We outlined the following ten subtaks of the Subtask T1.b at propsal writing in 2018.

1. Force/torque compliant robotic manipulators

The force/torque compliant robots are necessary and useful in many robotics tasks. They are considered to be an important tool for safe human-robot collaboration. This establishes the collaborative robot (cobot). The research in this subtask will enhance the state of the art in collaborative robotics; make it implementable on wider range of robots (in contrast to our current ability to work with two KUKA LBR iiwa arms, which we have in the lab). ROS (Robotic Operating System, likely it’s coming version 2) is the used middleware. The current obstacle is that that the feedback loop is not fast enough (about 20 Hz). We will also build on top of the background knowledge the R4I project (lead by R. Babuška) keeps providing to CTU-CIIRC team and provide it industrial relevance reciprocally.

2. Vision-based robot calibration

Vision based robot calibration is estimating/identifying parameters, e.g. dimensions, angles and coordinate transforms, of robots and mechanisms based on indirect measurements through cameras and 3D scanners. The problem is highly non-linear and often leads to solving hard polynomial problems, or to polynomial optimization of very non-linear functions with many local extrema. The vision and laser range-finding technology enables to simplify and fasten traditional calibration based on direct measurements poses of mechanism by expensive laser-based measuring devices. Moreover, vision-based robot calibration can work online and be used to monitor the state of robots during their life cycle. We will investigate and implement new methods improving vision based calibration methods using modern tool from algebraic geometry and polynomial optimization in combination with machine learning techniques. Our results will also find application in task T2.d in the area of autonomous driving. We will also build on top of the background knowledge the IMPACT project (lead by J. Šivic).

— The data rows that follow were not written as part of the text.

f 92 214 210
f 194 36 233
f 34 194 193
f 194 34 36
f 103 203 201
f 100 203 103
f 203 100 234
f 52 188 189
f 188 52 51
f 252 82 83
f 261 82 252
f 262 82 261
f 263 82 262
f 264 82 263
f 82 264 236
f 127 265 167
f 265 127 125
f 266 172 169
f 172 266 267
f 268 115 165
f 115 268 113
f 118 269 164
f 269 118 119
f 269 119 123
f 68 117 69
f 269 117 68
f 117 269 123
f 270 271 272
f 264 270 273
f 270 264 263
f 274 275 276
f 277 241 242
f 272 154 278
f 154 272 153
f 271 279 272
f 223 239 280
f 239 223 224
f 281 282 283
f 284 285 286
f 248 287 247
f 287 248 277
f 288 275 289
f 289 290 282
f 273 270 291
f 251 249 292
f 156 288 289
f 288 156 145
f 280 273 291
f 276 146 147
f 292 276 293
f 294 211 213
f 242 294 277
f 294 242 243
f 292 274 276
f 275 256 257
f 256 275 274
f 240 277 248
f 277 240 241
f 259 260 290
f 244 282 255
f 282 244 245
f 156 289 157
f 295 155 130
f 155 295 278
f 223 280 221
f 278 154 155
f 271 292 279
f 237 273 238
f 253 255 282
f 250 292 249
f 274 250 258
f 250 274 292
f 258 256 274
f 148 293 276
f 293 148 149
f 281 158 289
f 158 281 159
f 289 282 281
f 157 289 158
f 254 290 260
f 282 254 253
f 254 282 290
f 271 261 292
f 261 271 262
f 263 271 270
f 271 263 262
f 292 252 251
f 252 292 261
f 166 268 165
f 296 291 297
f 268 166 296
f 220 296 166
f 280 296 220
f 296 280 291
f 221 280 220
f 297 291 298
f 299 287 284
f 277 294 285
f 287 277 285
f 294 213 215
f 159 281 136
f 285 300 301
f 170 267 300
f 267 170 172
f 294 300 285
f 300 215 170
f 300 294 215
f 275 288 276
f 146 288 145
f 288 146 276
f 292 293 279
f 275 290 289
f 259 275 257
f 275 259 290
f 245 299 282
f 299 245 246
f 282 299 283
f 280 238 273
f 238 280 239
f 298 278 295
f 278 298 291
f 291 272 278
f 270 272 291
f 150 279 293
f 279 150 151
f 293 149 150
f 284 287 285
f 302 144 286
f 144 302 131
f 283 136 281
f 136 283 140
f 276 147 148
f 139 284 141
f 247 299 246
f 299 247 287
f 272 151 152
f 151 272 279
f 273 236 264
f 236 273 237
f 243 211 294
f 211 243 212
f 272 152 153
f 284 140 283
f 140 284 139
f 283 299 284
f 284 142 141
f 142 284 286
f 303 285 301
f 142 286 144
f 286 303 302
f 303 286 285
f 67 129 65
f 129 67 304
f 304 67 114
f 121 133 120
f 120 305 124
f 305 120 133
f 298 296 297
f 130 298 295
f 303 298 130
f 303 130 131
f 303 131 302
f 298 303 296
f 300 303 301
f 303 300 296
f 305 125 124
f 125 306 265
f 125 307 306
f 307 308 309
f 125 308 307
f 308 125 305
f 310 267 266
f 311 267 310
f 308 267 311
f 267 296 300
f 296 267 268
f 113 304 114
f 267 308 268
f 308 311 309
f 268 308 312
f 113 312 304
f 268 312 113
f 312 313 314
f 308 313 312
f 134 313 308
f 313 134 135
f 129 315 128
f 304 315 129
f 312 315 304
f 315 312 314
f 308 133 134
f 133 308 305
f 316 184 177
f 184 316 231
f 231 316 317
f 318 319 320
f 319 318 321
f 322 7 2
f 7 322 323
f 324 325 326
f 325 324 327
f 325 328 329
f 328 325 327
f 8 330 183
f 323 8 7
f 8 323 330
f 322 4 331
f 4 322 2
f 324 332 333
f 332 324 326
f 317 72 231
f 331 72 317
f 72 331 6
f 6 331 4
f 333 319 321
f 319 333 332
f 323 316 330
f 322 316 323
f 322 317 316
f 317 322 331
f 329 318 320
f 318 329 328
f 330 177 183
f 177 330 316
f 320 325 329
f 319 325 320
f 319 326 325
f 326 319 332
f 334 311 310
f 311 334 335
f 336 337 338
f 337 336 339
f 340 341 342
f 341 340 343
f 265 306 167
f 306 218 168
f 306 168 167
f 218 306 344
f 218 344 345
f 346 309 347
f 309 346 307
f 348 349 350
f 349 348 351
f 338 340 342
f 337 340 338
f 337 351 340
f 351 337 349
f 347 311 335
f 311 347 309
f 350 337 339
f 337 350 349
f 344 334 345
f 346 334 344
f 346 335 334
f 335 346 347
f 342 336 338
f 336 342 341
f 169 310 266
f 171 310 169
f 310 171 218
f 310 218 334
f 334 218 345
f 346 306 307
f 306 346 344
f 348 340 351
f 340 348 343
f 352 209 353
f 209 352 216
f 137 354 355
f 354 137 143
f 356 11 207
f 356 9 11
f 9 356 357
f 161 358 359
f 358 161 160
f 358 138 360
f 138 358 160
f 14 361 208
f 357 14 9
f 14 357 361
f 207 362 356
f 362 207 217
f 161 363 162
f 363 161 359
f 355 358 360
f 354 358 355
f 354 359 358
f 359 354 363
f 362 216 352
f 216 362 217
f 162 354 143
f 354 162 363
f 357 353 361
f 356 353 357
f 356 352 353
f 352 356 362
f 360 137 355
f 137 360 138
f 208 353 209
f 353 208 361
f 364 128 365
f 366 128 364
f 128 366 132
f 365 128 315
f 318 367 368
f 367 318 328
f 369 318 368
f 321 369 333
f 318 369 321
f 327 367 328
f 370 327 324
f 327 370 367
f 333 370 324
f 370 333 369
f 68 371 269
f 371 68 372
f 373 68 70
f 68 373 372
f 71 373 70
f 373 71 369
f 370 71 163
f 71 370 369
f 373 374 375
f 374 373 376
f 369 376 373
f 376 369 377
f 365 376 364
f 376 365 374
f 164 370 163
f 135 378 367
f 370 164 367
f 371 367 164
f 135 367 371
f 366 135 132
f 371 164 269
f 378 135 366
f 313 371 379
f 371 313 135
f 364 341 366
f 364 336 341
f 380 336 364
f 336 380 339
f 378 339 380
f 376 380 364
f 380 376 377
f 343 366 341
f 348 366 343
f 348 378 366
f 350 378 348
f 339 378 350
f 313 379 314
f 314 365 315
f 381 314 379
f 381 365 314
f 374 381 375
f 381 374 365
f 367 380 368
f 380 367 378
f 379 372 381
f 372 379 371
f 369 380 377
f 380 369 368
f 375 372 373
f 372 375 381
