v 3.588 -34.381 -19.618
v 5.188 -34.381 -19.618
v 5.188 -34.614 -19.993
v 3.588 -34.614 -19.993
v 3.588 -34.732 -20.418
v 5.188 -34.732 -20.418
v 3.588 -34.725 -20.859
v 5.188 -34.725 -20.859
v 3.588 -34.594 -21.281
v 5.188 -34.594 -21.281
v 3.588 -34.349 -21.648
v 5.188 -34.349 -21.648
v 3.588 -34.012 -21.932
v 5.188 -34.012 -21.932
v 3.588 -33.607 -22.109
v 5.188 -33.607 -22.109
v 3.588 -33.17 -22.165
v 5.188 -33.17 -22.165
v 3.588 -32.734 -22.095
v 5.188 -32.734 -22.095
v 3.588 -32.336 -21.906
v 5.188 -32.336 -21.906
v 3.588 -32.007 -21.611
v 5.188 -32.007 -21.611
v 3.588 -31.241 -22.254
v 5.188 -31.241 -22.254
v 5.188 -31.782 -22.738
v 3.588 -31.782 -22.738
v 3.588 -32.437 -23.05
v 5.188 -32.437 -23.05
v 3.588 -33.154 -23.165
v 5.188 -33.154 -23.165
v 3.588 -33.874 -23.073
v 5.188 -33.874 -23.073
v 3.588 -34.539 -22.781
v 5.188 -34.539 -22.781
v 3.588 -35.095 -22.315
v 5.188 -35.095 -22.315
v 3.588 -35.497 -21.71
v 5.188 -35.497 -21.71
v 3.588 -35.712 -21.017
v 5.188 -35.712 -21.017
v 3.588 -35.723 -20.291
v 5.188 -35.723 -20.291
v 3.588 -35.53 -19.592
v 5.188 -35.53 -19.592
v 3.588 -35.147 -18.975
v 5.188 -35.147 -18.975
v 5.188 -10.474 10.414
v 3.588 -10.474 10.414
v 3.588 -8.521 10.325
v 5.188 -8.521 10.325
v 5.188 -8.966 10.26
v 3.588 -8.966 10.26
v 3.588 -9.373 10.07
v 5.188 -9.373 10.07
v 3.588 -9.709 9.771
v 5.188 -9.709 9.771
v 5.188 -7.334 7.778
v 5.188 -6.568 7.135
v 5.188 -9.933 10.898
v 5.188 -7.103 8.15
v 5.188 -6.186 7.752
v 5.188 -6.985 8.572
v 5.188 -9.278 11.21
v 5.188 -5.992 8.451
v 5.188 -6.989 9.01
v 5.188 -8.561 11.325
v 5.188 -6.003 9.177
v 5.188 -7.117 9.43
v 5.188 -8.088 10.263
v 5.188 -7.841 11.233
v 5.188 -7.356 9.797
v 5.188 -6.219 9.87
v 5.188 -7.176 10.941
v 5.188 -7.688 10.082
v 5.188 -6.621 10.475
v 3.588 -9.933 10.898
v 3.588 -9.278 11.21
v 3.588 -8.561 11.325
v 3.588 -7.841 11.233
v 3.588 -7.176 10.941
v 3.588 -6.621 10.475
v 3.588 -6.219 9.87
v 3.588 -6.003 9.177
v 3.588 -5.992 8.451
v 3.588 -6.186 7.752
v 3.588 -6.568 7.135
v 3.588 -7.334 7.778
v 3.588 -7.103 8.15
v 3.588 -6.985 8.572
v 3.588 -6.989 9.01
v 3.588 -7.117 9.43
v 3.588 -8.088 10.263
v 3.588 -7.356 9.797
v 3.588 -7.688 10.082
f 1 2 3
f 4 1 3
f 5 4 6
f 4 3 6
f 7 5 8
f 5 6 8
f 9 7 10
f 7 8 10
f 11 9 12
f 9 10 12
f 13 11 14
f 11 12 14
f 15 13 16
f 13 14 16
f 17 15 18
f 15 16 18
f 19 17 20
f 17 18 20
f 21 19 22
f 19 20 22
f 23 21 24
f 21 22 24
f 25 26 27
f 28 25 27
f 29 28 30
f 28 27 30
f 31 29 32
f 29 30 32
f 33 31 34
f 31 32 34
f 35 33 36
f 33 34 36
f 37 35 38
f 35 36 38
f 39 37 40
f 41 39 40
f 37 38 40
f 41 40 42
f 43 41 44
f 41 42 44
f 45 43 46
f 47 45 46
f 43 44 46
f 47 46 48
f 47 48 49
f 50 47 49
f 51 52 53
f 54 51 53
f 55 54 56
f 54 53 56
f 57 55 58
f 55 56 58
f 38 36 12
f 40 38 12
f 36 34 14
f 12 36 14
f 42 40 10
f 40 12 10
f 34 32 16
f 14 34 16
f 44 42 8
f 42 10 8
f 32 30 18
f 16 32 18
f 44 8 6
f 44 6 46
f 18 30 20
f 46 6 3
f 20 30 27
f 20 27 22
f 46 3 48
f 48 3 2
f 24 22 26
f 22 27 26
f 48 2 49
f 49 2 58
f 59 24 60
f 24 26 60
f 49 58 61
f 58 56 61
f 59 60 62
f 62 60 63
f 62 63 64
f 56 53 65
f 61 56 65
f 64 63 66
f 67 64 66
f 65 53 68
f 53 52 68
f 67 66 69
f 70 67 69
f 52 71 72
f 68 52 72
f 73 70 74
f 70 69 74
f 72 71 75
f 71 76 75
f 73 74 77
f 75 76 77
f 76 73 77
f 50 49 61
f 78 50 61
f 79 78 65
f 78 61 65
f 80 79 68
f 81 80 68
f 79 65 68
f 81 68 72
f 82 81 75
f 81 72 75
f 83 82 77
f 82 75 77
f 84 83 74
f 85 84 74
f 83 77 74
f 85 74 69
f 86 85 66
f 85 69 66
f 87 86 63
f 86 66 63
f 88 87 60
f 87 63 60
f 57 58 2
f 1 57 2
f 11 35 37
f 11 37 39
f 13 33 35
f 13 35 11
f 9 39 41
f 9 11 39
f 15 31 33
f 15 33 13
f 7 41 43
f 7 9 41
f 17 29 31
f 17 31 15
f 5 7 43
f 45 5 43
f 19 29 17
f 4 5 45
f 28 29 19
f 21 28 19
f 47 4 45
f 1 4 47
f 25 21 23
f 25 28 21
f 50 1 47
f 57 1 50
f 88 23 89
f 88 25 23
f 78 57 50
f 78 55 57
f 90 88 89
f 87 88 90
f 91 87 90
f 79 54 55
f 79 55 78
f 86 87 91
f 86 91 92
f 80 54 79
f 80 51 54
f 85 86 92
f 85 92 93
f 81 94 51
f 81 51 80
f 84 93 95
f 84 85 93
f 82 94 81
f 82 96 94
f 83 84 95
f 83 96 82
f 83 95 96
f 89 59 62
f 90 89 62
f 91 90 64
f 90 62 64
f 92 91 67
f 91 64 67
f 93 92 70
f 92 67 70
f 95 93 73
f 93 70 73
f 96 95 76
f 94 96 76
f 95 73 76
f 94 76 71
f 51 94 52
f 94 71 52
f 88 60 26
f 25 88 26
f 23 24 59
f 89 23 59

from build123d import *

# Parameters (mm, degrees)
BOSS_EXTRUDE1_DEPTH = 1.6


with BuildPart() as part:
    # Sketch1 → Boss-Extrude1 (new body)
    with BuildSketch(Plane.ZY.offset(-5.18823967)):
        with BuildLine():
            ThreePointArc((10.414466289, -10.474403582), (10.727931837, -6.88180851), (7.135336765, -6.568342962))
            Line((7.135336765, -6.568342962), (-22.254454563, -31.241009834))
            ThreePointArc((-22.254454563, -31.241009834), (-22.567920111, -34.833604906), (-18.975325039, -35.147070454))
            Line((-18.975325039, -35.147070454), (10.414466289, -10.474403582))
        make_face()
        with BuildLine():
            ThreePointArc((10.324901527, -8.521373272), (10.179755112, -9.176267465), (9.771499716, -9.708509343))
            Line((9.771499716, -9.708509343), (-19.618291612, -34.381176215))
            ThreePointArc((-19.618291612, -34.381176215), (-21.802025871, -34.190638333), (-21.611487989, -32.006904073))
            Line((-21.611487989, -32.006904073), (7.778303338, -7.334237201))
            ThreePointArc((7.778303338, -7.334237201), (9.42979572, -7.116519687), (10.324901527, -8.521373272))
        make_face(mode=Mode.SUBTRACT)
    extrude(amount=BOSS_EXTRUDE1_DEPTH)


solid = part.part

3. Tactile/vision-based servoing for robots

Perceptually rich servoing makes a first half of robot intelligence. The second half of it is usually in outside world perception/knowledge/representation and uncertain reasoning in it. This subtask will add new research to our rich experience to both halves, mainly in vision. We have gained the experience with tactile feedback lately. The design and development of a gripper with sensors tuned for the particular application is also needed and will be dealt with. The research should provide modules, which will serve as building blocks for potential industrial applications, both for roboticmanipulators and autonomous vehicles at the factory workshop. The fusion of information from different sensory sources will be dealt with too, also by the UTIA-CAS partner and not only.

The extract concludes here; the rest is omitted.